Authors: Marie Ferrarella
Where was his shirt?
Scanning the room, he found it in a crumpled, bloody heap near the window, discarded by whoever had bandaged the wound in his chest.
Had that been her? Stevi?
Or the gardener she’d mentioned?
He liked the idea of her being the one who had seen to his wound far more than someone who spent the day with his hands in fertilized dirt.
“Probably owe my life to you, Stevi. Sorry I can’t stick around to thank you properly, but having me around probably isn’t safe for either of us,” he murmured.
Standing up, his dizziness immediately intensified.

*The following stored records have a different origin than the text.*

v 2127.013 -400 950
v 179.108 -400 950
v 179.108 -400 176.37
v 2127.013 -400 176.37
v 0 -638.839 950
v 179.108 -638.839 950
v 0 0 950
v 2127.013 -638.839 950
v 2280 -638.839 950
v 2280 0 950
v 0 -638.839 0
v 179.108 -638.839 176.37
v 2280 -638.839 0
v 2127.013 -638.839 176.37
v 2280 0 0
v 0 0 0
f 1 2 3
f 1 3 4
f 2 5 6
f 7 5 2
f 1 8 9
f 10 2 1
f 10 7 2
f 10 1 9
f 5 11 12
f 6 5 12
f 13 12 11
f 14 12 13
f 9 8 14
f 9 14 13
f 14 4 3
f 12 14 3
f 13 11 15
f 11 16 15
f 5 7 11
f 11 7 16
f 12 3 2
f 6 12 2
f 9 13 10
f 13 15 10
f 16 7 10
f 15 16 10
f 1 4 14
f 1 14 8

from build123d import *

# Parameters (mm, degrees)
F0_W     = 2280
F0_H     = 950
F1_DEPTH = 400
F2_W     = 179.1080534458
F2_H     = 773.6296027899
F2_H_2   = 176.3703972101
F2_W_2   = 1947.9051530361
F2_W_3   = 152.9867935181
F3_DEPTH = 238.83933


with BuildPart() as f1:
    # F0 (on Front) → F1 (new body)
    with BuildSketch(Plane.XZ):
        with Locations((1140, 475)):
            Rectangle(F0_W, F0_H)
    extrude(amount=F1_DEPTH)

    # F2 (on face) → F3 (join)
    with BuildSketch(Plane.XZ.offset(400)):
        with Locations((89.5540267229, 563.1851986051)):
            Rectangle(F2_W, F2_H)
        with Locations((89.5540267229, 88.1851986051)):
            Rectangle(F2_W, F2_H_2)
        with Locations((1153.0606299639, 88.1851986051)):
            Rectangle(F2_W_2, F2_H_2)
        with Locations((2203.506603241, 88.1851986051)):
            Rectangle(F2_W_3, F2_H_2)
        with Locations((2203.506603241, 563.1851986051)):
            Rectangle(F2_W_3, F2_H)
    extrude(amount=F3_DEPTH)


solid = f1.part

Struggling to keep upright, Mike took all of five steps away from the bed and toward the door before he felt his knees buckling beneath him. He began to bite off an oath, but the words vanished before they reached his tongue. Vanished as his knees met the floor.

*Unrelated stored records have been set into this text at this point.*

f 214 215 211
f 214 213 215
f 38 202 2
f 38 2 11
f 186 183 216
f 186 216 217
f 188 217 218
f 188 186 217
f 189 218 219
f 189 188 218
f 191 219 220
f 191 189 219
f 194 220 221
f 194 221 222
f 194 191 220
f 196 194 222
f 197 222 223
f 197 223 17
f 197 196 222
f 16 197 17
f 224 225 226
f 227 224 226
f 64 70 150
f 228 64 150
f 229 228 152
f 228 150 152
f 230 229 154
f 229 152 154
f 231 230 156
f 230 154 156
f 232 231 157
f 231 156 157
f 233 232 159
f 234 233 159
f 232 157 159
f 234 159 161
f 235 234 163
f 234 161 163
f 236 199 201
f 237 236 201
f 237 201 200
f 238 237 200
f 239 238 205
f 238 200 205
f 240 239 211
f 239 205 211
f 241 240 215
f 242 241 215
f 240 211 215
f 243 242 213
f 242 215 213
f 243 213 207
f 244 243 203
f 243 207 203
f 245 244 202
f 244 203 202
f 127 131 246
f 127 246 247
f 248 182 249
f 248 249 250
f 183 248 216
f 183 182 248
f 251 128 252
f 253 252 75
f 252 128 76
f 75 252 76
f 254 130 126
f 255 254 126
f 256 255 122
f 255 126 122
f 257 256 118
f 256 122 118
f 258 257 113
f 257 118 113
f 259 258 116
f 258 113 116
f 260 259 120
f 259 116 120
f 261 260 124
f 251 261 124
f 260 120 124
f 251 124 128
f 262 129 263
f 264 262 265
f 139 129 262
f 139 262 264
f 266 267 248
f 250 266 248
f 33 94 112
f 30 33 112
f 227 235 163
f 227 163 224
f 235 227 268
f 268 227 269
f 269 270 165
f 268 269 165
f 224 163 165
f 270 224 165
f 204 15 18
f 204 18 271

By the time the rest of him hit the floor, he was out cold.
CHAPTER EIGHT
“I’
D
LIKE
TWO
breakfasts to go, Jorge. Same as yesterday,” Stevi requested as she came sailing into the kitchen.
“Good morning to you, too,” Cris called out as she glanced up from the steel prep table, where she was working.

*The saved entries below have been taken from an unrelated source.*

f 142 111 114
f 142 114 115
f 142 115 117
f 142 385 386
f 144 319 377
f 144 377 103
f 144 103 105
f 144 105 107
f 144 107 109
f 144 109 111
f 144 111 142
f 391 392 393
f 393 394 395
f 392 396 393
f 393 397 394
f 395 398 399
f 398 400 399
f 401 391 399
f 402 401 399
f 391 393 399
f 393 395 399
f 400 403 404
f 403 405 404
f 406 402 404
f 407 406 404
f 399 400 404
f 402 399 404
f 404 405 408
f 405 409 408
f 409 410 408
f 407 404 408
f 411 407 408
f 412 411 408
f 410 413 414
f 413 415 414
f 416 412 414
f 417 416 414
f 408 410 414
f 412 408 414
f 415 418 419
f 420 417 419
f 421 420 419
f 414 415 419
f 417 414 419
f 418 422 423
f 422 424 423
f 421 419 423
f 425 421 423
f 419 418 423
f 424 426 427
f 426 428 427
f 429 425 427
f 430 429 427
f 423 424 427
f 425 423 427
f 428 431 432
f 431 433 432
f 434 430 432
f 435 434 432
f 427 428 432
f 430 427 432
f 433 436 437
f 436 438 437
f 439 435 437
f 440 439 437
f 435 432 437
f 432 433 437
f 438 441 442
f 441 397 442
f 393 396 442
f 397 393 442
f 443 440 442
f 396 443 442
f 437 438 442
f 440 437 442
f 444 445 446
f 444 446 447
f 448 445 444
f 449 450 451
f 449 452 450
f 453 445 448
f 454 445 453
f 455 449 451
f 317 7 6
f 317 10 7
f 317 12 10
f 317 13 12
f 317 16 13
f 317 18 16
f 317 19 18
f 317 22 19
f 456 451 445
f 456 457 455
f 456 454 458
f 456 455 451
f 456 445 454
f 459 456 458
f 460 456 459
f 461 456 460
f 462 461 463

Lost in her own thoughts regarding the man she’d left in her room, wanting to get back there as soon as possible because she wasn’t really all that certain she could trust Mike to stay put, Stevi looked toward her sister in puzzlement. She’d heard her voice, but not what Cris had said.
“Excuse me?”
“I said ‘Good morning,’” Cris repeated, articulating each syllable.
“Oh, right.” Stevi flashed a lightning-quick smile in her sister’s direction. “Good morning.”
Cris frowned. “Are you okay?”
“Just fine,” Stevi assured her breezily, then looked at her innocently. “Why?”
“Where were you yesterday?”
Stevi looked at her sister as if Cris had lapsed into gibberish. “What do you mean where was I? I was right here.”
By that, it was obvious Stevi was referring to the inn. That wasn’t what Cris was asking her sister. “I mean for lunch and dinner. You didn’t come to the dining area, or to the kitchen. No one saw you,” Cris added.
Stevi shrugged dismissively. She watched Jorge getting her order together.
Faster, Jorge. I’m getting the third degree here.
“I was busy.”
Cris stopped chopping green onions, laying her knife down on the chopping block. “Doing what?”
Stevi tossed her head. Her hair swayed about her oval face. “Do I ask you to account for every minute?” she asked defensively. “To account for every meal you make?”
“I wasn’t asking you to account for every minute. I was just wondering where you were after running off with two breakfasts yesterday morning,” Cris pointed out.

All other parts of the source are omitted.